WHAT TO DO
When the line containing "v 38.17 0 -20.111" is reached, include it and end there; set down verbatim every line before it, starting at the top of the records.

Stored dataset items
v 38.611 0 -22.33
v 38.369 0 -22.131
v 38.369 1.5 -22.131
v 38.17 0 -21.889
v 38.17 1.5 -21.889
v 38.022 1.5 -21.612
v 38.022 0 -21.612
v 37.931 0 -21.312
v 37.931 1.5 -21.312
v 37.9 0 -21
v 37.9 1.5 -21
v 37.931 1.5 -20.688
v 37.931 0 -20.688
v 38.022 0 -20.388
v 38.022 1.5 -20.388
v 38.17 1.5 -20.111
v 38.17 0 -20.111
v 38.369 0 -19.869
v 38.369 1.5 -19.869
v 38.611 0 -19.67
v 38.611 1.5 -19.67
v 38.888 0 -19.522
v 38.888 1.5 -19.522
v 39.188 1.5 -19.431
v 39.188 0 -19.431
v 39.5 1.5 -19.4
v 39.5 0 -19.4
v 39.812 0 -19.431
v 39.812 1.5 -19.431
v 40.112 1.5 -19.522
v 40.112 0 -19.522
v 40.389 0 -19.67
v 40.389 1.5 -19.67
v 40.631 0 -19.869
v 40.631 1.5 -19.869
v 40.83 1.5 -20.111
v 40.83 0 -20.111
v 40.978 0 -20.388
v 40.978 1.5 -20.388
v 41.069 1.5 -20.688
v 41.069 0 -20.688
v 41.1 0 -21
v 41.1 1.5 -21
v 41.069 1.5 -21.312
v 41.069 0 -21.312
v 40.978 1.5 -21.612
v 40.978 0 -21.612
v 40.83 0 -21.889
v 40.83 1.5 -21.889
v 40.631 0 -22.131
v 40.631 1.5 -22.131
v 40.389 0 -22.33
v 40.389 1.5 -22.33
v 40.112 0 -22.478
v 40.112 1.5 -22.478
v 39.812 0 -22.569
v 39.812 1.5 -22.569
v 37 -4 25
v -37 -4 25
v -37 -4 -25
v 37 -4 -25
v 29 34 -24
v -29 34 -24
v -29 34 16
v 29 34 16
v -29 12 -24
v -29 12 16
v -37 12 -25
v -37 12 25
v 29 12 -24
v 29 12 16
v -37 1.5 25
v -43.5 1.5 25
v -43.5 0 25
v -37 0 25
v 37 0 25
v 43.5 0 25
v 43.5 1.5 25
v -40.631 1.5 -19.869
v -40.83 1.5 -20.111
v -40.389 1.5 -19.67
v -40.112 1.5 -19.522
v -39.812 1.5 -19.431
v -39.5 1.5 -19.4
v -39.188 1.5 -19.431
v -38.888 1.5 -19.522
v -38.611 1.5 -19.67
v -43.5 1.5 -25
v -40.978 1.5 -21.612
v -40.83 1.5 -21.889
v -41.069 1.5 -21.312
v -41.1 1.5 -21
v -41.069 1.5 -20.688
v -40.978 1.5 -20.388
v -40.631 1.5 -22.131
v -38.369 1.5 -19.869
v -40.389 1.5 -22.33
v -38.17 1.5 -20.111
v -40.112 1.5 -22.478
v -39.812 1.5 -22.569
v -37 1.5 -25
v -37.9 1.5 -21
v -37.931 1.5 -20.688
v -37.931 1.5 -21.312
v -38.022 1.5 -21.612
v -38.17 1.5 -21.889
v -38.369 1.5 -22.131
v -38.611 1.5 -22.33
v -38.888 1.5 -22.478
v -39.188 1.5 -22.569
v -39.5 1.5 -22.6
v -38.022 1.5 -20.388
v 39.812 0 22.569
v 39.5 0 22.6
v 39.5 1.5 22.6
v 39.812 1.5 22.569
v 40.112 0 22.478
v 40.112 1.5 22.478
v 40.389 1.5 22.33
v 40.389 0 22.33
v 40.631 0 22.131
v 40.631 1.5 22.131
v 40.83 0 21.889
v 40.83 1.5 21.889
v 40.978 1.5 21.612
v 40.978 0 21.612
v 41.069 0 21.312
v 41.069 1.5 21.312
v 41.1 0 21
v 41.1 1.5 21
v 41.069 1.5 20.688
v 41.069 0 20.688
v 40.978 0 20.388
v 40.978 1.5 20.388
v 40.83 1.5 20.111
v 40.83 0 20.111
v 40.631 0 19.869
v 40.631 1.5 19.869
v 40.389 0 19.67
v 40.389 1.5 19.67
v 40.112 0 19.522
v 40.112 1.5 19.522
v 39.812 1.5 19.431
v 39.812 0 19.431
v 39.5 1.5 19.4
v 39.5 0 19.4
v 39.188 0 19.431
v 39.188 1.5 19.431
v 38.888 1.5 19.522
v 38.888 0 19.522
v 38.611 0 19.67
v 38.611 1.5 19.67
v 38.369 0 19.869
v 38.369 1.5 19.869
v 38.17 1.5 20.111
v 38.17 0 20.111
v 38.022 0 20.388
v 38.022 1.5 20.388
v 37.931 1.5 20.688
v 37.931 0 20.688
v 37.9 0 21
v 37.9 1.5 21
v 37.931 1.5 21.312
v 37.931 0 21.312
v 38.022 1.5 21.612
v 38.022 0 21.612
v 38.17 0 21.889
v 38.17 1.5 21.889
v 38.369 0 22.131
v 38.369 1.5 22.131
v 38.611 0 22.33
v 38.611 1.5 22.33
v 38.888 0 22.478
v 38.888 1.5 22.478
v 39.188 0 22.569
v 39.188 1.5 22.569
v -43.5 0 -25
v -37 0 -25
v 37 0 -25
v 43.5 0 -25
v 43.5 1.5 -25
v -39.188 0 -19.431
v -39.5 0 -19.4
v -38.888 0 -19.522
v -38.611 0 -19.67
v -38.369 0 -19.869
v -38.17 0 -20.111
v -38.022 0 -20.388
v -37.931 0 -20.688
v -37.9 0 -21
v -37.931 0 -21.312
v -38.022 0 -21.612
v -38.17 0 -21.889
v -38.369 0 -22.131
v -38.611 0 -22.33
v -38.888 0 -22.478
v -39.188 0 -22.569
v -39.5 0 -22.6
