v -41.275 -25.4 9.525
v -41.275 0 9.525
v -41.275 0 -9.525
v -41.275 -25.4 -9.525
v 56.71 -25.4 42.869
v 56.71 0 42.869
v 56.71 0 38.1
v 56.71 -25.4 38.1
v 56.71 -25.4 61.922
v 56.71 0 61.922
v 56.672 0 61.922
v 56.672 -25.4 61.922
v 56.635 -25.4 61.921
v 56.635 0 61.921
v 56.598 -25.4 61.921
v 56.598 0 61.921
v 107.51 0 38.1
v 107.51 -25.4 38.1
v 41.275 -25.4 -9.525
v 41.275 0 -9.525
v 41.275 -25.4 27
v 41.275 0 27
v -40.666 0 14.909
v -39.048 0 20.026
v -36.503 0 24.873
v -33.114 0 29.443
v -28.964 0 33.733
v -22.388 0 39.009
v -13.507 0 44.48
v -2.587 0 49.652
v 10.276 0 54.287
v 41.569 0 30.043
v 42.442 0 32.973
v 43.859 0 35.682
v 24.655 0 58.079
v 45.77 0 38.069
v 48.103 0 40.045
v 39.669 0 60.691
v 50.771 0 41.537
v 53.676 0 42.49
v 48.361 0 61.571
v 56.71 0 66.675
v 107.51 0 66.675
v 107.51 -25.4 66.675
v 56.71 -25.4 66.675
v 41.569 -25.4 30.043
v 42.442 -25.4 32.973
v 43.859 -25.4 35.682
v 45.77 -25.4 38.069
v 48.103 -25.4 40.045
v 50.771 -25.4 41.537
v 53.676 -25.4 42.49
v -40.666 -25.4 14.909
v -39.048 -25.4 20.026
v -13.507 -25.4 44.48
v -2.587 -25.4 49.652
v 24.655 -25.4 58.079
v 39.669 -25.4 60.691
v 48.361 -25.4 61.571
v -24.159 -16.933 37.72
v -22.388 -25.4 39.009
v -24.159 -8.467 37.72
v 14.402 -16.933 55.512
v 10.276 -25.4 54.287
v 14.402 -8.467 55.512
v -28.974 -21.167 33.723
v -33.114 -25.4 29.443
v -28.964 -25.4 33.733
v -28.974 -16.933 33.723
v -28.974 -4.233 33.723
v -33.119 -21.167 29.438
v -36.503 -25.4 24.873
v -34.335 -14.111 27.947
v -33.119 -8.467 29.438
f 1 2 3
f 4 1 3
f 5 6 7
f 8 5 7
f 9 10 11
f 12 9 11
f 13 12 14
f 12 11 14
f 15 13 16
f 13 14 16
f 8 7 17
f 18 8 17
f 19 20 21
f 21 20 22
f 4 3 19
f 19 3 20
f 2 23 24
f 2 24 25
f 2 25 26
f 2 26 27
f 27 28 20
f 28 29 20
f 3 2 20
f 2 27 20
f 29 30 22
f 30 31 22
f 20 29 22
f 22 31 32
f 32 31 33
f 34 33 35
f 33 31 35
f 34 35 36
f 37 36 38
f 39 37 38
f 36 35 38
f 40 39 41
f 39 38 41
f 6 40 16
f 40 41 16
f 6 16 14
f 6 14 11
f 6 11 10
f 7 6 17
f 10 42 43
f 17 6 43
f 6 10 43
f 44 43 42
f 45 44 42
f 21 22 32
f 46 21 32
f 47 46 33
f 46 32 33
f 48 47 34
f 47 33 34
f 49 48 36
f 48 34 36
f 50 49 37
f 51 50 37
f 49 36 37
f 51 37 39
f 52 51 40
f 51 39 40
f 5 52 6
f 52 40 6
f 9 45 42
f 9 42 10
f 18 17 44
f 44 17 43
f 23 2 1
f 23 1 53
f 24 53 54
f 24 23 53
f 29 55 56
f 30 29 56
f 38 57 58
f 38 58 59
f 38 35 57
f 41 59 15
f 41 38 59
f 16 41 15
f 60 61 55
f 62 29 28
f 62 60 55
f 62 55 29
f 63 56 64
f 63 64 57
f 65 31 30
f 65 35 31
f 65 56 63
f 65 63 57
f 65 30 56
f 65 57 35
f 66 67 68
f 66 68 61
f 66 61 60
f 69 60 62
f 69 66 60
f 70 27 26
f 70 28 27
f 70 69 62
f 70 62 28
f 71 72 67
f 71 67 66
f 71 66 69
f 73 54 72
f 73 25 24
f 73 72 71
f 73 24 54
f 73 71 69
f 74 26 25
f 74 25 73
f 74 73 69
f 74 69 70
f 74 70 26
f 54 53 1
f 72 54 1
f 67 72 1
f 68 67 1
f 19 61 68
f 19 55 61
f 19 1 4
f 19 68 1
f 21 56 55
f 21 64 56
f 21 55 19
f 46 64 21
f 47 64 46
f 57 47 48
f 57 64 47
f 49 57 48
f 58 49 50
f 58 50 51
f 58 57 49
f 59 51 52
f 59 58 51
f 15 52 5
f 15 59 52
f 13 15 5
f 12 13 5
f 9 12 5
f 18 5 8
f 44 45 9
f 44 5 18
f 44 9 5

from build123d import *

# Parameters (mm, degrees)
F0_W     = 25.4
F0_H     = 28.575
F1_DEPTH = 25.4


with BuildPart() as f1:
    # F0 (on Front) → F1 (new body)
    with BuildSketch(Plane.XZ):
        Polygon((41.275, -9.525), (41.275, 9.525), (22.225, 9.525), (-41.275, 9.525), (-41.275, -9.525), align=None)
        with BuildLine():
            Line((22.225, 9.525), (41.275, 9.525))
            Line((41.275, 9.525), (41.275, 27.0002))
            ThreePointArc((41.275, 27.0002), (45.7700842218, 38.0687654844), (56.7097265362, 42.869093606))
            Line((56.7097265362, 42.869093606), (56.7097265362, 61.9219276004))
            add(Edge.make_bspline(
                [(56.5976430534, 61.9208318214), (56.6350247317, 61.9212149579), (56.6723859179, 61.921580219), (56.7097265362, 61.9219276004)],
                knots=[110.9664964384, 110.9664964384, 110.9664964384, 110.9664964384, 111.075437095, 111.075437095, 111.075437095, 111.075437095], degree=3))
            ThreePointArc((56.5976430534, 61.9208318214), (32.2597740934, 51.4998383508), (22.225, 27.0002))
            Line((22.225, 27.0002), (22.225, 9.525))
        make_face()
        with BuildLine():
            Line((-41.275, 9.525), (22.225, 9.525))
            Line((22.225, 9.525), (22.225, 27.0002))
            ThreePointArc((22.225, 27.0002), (32.2597740934, 51.4998383508), (56.5976430534, 61.9208318214))
            add(Edge.make_bspline(
                [(-41.275, 9.525), (-40.8172895576, 42.5938186475), (18.5208221845, 61.5305705249), (56.5976430534, 61.9208318214)],
                knots=[0, 0, 0, 0, 110.9664964384, 110.9664964384, 110.9664964384, 110.9664964384], degree=3))
        make_face()
        with BuildLine():
            Line((56.7097265362, 61.9219276004), (56.7097265362, 42.869093606))
            Line((56.7097265362, 42.869093606), (56.7097265362, 38.1))
            Line((56.7097265362, 38.1), (82.1097265362, 38.1))
            Line((82.1097265362, 38.1), (82.1097265362, 66.675))
            Line((82.1097265362, 66.675), (56.7097265362, 66.675))
            Line((56.7097265362, 66.675), (56.7097265362, 61.9224247899))
            ThreePointArc((56.7097265362, 61.9224247899), (56.9298588949, 61.9245061906), (57.15, 61.9252))
            add(Edge.make_bspline(
                [(56.7097265362, 61.9219276004), (56.856805001, 61.9232958778), (57.0035643669, 61.9243867627), (57.15, 61.9252)],
                knots=[111.075437095, 111.075437095, 111.075437095, 111.075437095, 111.5045361635, 111.5045361635, 111.5045361635, 111.5045361635], degree=3))
        make_face()
        with BuildLine():
            ThreePointArc((56.7097265362, 61.9224247899), (56.6536841557, 61.9216732734), (56.5976430534, 61.9208318214))
            add(Edge.make_bspline(
                [(56.5976430534, 61.9208318214), (56.6350247317, 61.9212149579), (56.6723859179, 61.921580219), (56.7097265362, 61.9219276004)],
                knots=[110.9664964384, 110.9664964384, 110.9664964384, 110.9664964384, 111.075437095, 111.075437095, 111.075437095, 111.075437095], degree=3))
            Line((56.7097265362, 61.9219276004), (56.7097265362, 61.9224247899))
        make_face()
        with BuildLine():
            Line((56.7097265362, 61.9224247899), (56.7097265362, 61.9219276004))
            add(Edge.make_bspline(
                [(56.7097265362, 61.9219276004), (56.856805001, 61.9232958778), (57.0035643669, 61.9243867627), (57.15, 61.9252)],
                knots=[111.075437095, 111.075437095, 111.075437095, 111.075437095, 111.5045361635, 111.5045361635, 111.5045361635, 111.5045361635], degree=3))
            ThreePointArc((57.15, 61.9252), (56.9298588949, 61.9245061906), (56.7097265362, 61.9224247899))
        make_face()
        with Locations((94.8097265362, 52.3875)):
            Rectangle(F0_W, F0_H)
    extrude(amount=F1_DEPTH)


solid = f1.part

RESPONSE BOX
v 38.611 0 -22.33
v 38.369 0 -22.131
v 38.369 1.5 -22.131
v 38.17 0 -21.889
v 38.17 1.5 -21.889
v 38.022 1.5 -21.612
v 38.022 0 -21.612
v 37.931 0 -21.312
v 37.931 1.5 -21.312
v 37.9 0 -21
v 37.9 1.5 -21
v 37.931 1.5 -20.688
v 37.931 0 -20.688
v 38.022 0 -20.388
v 38.022 1.5 -20.388
v 38.17 1.5 -20.111
v 38.17 0 -20.111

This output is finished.